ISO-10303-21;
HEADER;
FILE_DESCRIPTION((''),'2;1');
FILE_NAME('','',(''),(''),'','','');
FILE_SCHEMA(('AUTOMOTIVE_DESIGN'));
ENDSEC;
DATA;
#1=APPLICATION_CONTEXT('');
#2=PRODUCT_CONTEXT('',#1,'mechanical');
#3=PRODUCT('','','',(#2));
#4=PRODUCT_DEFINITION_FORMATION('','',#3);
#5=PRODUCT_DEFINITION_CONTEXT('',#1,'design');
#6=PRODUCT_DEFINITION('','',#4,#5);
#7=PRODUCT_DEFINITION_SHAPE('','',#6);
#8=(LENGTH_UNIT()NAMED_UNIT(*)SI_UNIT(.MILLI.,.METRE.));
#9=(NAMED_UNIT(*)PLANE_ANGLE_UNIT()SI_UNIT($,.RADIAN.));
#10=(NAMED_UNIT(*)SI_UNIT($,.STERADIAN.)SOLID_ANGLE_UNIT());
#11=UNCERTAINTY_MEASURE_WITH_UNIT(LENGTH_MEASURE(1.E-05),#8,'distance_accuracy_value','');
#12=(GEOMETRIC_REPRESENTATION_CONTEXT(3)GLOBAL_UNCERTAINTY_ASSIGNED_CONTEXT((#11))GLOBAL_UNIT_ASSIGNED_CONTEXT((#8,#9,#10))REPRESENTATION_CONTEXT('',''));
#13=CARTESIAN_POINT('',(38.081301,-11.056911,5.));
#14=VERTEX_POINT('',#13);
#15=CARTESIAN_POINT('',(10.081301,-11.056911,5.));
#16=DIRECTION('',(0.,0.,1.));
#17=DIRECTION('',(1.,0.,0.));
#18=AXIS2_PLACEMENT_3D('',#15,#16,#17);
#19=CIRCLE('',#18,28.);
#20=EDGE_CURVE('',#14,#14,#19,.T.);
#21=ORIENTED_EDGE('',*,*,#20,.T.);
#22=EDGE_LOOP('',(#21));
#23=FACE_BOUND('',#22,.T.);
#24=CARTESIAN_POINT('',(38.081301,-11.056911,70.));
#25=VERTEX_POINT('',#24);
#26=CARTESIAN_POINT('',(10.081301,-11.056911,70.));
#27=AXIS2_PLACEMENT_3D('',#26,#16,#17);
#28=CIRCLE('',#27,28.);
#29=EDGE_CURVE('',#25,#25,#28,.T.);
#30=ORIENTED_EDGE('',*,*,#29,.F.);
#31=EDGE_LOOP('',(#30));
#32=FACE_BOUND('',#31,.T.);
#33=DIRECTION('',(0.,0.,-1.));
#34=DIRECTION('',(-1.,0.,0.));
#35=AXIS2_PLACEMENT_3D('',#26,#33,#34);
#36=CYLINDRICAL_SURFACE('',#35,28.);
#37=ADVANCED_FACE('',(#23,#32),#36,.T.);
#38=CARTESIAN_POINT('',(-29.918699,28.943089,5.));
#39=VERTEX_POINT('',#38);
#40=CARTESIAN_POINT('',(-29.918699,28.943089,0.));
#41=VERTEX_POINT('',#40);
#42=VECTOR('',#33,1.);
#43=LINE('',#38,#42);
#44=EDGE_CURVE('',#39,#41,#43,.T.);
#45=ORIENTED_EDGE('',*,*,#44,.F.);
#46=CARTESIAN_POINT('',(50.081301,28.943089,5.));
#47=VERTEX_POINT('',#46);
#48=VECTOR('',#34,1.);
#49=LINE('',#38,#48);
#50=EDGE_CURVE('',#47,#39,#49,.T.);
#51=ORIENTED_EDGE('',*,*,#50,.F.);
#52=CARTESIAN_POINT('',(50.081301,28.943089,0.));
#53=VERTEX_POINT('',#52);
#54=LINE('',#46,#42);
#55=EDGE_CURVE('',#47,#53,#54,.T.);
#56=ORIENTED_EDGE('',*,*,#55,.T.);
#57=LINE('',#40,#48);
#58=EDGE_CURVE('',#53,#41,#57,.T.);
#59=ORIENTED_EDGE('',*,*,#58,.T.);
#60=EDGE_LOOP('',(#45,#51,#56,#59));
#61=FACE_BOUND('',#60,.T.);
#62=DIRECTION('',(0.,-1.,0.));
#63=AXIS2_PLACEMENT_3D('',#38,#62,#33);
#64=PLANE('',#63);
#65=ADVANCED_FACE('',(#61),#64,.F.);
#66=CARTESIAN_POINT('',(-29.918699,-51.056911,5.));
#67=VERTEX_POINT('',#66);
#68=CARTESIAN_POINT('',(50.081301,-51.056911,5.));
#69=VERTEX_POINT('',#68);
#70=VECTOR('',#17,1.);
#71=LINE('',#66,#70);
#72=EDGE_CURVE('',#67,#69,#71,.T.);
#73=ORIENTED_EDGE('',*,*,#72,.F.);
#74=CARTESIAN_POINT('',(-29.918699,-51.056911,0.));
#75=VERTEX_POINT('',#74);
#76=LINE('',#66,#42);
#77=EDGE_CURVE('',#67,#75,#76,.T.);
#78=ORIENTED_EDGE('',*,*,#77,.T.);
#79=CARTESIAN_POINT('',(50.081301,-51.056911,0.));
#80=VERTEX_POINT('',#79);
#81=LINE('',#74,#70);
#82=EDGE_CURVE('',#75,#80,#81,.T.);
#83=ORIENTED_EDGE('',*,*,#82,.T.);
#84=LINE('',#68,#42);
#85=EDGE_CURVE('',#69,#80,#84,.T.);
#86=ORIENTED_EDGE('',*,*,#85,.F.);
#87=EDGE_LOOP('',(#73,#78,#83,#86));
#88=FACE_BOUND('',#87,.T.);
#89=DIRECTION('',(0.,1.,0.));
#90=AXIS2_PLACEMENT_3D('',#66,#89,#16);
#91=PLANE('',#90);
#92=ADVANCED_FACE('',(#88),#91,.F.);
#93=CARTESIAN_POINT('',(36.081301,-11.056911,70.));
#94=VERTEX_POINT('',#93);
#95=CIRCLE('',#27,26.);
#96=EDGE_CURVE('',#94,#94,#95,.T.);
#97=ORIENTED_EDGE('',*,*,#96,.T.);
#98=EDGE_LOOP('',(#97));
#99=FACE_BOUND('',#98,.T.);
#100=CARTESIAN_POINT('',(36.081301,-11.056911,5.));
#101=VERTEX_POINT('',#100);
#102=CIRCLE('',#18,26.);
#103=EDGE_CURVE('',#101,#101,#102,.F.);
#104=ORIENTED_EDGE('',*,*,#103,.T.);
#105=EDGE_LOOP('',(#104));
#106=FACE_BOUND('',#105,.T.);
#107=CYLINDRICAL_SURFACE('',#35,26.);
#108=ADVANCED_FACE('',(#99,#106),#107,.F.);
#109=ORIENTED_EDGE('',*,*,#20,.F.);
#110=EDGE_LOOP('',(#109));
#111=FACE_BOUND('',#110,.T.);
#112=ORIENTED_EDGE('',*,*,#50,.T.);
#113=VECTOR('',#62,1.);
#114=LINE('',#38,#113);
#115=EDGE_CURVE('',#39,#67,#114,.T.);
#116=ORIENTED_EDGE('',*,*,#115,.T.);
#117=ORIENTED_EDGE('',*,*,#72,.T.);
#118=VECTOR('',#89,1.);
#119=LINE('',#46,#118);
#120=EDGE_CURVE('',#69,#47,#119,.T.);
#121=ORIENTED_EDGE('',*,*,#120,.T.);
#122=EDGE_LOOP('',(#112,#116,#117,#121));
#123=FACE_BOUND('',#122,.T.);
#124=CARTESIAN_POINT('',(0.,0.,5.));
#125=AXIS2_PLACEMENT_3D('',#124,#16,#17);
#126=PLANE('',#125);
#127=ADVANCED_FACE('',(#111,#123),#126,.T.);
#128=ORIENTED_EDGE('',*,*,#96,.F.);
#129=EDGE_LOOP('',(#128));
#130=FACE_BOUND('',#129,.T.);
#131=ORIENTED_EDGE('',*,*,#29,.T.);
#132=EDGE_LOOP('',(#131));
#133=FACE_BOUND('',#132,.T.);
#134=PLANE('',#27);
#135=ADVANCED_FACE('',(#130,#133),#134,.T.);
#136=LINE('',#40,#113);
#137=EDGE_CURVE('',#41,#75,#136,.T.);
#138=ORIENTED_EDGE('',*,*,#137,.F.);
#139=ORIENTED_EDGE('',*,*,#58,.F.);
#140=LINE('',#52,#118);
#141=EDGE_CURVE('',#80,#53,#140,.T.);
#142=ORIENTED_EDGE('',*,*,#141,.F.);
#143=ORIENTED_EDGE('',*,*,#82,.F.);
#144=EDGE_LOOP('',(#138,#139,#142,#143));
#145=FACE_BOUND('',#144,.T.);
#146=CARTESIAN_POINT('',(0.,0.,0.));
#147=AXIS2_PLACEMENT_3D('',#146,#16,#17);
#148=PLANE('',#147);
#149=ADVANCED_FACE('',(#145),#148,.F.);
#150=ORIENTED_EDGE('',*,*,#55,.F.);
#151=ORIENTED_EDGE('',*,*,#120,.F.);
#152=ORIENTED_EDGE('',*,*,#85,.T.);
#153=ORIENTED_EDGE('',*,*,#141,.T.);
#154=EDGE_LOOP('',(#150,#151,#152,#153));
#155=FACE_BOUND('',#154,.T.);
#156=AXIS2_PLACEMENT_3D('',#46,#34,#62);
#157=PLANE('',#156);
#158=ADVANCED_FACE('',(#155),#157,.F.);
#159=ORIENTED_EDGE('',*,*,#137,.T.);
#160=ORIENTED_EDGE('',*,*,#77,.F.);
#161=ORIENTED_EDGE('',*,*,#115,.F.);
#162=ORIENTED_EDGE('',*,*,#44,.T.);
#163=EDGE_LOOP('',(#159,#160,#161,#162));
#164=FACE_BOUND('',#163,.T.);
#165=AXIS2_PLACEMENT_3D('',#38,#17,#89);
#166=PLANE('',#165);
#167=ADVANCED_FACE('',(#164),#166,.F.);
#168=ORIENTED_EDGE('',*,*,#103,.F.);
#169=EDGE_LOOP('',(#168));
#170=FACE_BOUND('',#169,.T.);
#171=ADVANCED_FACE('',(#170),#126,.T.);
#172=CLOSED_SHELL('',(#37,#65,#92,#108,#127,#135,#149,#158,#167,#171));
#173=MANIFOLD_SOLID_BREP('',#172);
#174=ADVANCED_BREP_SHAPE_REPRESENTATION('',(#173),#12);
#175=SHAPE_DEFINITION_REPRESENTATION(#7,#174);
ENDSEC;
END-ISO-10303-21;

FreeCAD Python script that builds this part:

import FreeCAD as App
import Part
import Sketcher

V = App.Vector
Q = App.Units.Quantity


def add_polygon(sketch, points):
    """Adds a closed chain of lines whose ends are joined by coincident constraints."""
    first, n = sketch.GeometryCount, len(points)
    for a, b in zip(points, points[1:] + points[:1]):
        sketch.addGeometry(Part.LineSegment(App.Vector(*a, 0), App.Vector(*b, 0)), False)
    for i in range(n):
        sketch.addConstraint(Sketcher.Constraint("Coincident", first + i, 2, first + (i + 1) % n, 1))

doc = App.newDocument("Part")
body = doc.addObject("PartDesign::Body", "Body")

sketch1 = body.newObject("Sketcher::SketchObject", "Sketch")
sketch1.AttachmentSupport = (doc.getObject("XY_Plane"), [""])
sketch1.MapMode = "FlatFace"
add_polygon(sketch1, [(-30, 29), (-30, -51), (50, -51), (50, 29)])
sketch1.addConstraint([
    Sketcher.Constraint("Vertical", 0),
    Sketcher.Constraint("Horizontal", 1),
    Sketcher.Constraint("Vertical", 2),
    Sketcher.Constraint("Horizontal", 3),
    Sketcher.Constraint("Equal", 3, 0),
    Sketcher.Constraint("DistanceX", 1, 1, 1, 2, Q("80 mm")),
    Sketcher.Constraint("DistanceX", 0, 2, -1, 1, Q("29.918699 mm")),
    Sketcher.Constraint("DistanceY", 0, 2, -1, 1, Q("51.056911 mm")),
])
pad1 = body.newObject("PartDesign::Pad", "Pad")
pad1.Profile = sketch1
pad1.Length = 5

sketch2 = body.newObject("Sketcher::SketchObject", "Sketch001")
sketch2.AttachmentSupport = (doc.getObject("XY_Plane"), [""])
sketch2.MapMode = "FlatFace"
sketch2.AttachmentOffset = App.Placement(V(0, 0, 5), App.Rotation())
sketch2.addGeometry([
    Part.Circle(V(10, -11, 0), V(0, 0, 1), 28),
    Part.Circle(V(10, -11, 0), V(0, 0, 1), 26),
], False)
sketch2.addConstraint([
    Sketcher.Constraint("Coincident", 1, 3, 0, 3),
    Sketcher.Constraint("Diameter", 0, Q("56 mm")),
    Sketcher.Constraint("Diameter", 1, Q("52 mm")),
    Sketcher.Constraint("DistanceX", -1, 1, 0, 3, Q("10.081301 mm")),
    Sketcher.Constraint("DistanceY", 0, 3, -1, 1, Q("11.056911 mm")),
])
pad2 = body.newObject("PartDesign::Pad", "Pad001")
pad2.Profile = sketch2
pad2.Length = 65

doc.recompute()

AIM OF THE EXERCISE =>
Return nothing but the lines from the first line of the listing through the line with "#3=PRODUCT('','','',(#2));", please, keeping every one of them unchanged.

SOLUTION TO THIS EXERCISE =>
ISO-10303-21;
HEADER;
FILE_DESCRIPTION((''),'2;1');
FILE_NAME('','',(''),(''),'','','');
FILE_SCHEMA(('AUTOMOTIVE_DESIGN'));
ENDSEC;
DATA;
#1=APPLICATION_CONTEXT('');
#2=PRODUCT_CONTEXT('',#1,'mechanical');
#3=PRODUCT('','','',(#2));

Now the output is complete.